- **YOUR INSTRUCTIONS**
Once you find the line with "f 503 486 514" in the entries below, return exactly every line from it through the line with "f 512 476 509".

(Source records)
======

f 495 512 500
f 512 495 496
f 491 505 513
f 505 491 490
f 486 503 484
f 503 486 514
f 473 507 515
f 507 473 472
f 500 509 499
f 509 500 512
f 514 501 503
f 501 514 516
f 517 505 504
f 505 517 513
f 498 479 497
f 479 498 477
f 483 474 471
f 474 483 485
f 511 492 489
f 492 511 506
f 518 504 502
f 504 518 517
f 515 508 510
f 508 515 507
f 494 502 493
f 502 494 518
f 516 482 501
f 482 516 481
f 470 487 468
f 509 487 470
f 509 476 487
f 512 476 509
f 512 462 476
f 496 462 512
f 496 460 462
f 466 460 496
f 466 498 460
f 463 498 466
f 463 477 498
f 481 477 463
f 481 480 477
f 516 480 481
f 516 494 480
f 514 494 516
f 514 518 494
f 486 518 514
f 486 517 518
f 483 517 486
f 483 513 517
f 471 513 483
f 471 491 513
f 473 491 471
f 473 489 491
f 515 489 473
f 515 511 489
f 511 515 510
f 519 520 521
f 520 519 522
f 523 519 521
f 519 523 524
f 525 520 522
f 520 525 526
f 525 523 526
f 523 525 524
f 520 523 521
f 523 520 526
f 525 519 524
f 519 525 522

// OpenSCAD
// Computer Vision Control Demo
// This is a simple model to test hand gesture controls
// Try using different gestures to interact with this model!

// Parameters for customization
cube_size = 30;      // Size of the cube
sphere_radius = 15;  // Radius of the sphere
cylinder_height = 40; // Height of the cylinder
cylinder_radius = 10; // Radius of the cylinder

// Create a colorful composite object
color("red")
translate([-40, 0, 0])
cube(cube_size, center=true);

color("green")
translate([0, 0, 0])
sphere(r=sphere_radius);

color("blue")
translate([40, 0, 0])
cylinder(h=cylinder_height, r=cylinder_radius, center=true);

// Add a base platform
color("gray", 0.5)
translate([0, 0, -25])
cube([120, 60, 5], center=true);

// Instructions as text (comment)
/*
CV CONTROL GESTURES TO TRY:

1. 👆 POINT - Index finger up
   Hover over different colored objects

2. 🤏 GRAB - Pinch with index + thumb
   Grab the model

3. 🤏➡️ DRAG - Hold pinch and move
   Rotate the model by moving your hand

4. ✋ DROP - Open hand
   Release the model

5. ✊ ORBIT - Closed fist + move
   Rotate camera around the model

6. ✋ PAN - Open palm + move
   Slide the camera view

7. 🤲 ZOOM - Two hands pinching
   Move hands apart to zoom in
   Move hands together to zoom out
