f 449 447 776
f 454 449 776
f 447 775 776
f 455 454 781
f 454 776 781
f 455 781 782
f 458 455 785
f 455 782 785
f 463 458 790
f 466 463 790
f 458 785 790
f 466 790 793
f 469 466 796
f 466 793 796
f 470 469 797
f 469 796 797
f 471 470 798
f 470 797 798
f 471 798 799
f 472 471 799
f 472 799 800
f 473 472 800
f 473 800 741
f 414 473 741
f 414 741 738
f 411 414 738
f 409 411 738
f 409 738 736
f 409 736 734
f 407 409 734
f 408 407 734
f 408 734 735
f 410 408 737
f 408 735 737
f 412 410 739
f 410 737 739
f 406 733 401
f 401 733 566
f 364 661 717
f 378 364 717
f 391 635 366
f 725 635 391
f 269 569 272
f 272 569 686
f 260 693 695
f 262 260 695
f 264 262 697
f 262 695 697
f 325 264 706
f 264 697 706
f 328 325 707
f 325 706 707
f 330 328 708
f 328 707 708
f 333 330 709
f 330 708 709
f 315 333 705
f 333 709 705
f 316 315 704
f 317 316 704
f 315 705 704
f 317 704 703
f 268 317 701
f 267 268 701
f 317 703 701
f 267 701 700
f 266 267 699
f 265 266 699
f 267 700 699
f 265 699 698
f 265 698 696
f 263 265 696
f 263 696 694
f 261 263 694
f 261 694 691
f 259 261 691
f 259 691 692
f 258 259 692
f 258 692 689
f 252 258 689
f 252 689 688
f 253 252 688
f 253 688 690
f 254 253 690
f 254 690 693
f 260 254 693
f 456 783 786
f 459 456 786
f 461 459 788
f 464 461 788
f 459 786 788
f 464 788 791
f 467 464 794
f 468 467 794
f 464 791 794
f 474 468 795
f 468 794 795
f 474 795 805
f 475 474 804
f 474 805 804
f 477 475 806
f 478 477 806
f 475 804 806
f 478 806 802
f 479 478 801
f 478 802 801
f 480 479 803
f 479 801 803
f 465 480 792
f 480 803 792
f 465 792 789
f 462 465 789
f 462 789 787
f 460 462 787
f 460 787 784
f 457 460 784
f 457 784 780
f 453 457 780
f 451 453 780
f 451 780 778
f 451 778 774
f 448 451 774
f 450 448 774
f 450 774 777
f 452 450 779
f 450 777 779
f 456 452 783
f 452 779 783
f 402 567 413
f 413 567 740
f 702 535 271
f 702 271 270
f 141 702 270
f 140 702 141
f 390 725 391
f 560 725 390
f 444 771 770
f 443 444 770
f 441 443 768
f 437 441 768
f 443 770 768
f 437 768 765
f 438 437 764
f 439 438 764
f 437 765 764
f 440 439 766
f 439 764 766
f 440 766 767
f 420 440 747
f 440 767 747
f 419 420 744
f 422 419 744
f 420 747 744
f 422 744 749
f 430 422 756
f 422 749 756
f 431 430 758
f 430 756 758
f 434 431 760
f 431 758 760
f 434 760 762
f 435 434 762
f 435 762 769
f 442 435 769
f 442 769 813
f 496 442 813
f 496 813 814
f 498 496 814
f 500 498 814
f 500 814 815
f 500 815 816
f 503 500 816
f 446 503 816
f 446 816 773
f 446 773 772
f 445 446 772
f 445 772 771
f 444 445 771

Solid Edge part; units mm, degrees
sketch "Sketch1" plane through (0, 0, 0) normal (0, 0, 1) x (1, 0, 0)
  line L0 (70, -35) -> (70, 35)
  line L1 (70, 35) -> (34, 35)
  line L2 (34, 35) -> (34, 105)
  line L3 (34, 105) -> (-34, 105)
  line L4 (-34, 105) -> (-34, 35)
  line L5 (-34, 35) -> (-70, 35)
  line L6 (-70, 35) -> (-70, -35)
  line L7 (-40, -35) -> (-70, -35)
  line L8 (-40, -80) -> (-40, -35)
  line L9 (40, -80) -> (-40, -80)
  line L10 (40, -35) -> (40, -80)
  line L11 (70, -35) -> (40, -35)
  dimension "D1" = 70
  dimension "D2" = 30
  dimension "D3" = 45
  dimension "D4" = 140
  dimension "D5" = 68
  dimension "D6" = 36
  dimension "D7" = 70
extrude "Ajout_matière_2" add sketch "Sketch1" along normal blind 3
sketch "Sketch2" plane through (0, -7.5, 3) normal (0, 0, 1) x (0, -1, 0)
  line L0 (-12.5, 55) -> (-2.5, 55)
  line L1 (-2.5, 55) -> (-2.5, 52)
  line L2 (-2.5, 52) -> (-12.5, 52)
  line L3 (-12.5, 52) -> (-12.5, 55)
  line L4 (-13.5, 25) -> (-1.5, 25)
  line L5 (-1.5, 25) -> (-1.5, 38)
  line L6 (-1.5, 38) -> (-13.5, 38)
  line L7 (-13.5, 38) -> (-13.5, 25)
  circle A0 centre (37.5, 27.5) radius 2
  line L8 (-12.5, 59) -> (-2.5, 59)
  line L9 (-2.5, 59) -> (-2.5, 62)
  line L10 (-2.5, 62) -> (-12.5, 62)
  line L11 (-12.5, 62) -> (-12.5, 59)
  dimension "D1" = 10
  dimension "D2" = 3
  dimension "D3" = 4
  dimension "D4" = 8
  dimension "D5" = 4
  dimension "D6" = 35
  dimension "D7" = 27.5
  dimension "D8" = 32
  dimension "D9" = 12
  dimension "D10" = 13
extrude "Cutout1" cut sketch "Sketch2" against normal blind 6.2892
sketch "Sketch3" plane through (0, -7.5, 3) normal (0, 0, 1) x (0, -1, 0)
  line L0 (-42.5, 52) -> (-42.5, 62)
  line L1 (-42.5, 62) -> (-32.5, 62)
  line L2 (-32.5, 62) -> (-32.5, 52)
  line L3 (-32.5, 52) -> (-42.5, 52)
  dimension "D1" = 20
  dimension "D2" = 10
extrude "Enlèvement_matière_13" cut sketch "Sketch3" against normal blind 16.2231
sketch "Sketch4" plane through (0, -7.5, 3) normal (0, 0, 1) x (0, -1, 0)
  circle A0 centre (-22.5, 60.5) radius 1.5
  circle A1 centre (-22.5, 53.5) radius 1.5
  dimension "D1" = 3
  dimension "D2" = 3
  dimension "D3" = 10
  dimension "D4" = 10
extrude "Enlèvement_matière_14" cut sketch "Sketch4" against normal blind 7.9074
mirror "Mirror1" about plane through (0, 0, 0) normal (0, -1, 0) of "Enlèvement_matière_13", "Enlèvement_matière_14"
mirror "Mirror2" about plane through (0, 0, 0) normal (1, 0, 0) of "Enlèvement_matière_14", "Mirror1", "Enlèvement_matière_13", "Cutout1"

======

- **WRITTEN REPLY**
f 503 486 514
f 473 507 515
f 507 473 472
f 500 509 499
f 509 500 512
f 514 501 503
f 501 514 516
f 517 505 504
f 505 517 513
f 498 479 497
f 479 498 477
f 483 474 471
f 474 483 485
f 511 492 489
f 492 511 506
f 518 504 502
f 504 518 517
f 515 508 510
f 508 515 507
f 494 502 493
f 502 494 518
f 516 482 501
f 482 516 481
f 470 487 468
f 509 487 470
f 509 476 487
f 512 476 509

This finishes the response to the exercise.